◆ TASK TO COMPLETE ◆
From the records below, output exactly the lines running from the line containing "Circle(SKETCH1_R_2, mode=Mode.SUBTRACT)" through the line containing "# FreeCAD 1.0 macro for this part", and no others.

◆ DATA EXCERPTS ◆
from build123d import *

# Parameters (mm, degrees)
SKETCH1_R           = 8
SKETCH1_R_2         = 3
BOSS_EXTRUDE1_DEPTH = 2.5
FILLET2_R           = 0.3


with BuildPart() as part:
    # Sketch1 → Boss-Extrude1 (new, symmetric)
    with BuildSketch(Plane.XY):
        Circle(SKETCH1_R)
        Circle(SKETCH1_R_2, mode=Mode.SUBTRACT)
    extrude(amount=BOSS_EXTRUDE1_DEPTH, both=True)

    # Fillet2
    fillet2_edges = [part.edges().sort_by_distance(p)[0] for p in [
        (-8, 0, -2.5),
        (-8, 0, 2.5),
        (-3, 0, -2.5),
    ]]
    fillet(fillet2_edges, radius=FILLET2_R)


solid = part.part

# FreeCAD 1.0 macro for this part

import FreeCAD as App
import Part
import Sketcher
from FreeCAD import Vector
Q = App.Units.Quantity


def edges_at(feature, points):
    """Names of the edges that pass closest to the given points."""
    edges = feature.Shape.Edges
    near = lambda p: min(range(len(edges)), key=lambda i: edges[i].distToShape(Part.Vertex(*p))[0])
    return sorted({f"Edge{near(p) + 1}" for p in points})

doc = App.newDocument("Part")
body = doc.addObject("PartDesign::Body", "Body")

sketch1 = body.newObject("Sketcher::SketchObject", "Sketch")
sketch1.AttachmentSupport = (doc.getObject("XY_Plane"), [""])
sketch1.MapMode = "FlatFace"
sketch1.addGeometry(Part.Circle(Vector(0, 0, 0), Vector(0, 0, 1), 8), False)
sketch1.addGeometry(Part.Circle(Vector(0, 0, 0), Vector(0, 0, 1), 3), False)
sketch1.addConstraint(Sketcher.Constraint("Coincident", 0, 3, -1, 1))
sketch1.addConstraint(Sketcher.Constraint("Coincident", 1, 3, -1, 1))
sketch1.addConstraint(Sketcher.Constraint("Diameter", 0, Q("16 mm")))
sketch1.addConstraint(Sketcher.Constraint("Diameter", 1, Q("6 mm")))
pad1 = body.newObject("PartDesign::Pad", "Pad")
pad1.Profile = sketch1
pad1.Length = 5
pad1.Midplane = True
doc.recompute()

fillet = body.newObject("PartDesign::Fillet", "Fillet")
fillet.Base = (pad1, edges_at(pad1, [(-8, 0, -2.5), (-8, 0, 2.5), (-3, 0, -2.5)]))
fillet.Radius = 0.3

doc.recompute()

◆ SOLUTION TO THE EXERCISE ◆
        Circle(SKETCH1_R_2, mode=Mode.SUBTRACT)
    extrude(amount=BOSS_EXTRUDE1_DEPTH, both=True)

    # Fillet2
    fillet2_edges = [part.edges().sort_by_distance(p)[0] for p in [
        (-8, 0, -2.5),
        (-8, 0, 2.5),
        (-3, 0, -2.5),
    ]]
    fillet(fillet2_edges, radius=FILLET2_R)


solid = part.part

# FreeCAD 1.0 macro for this part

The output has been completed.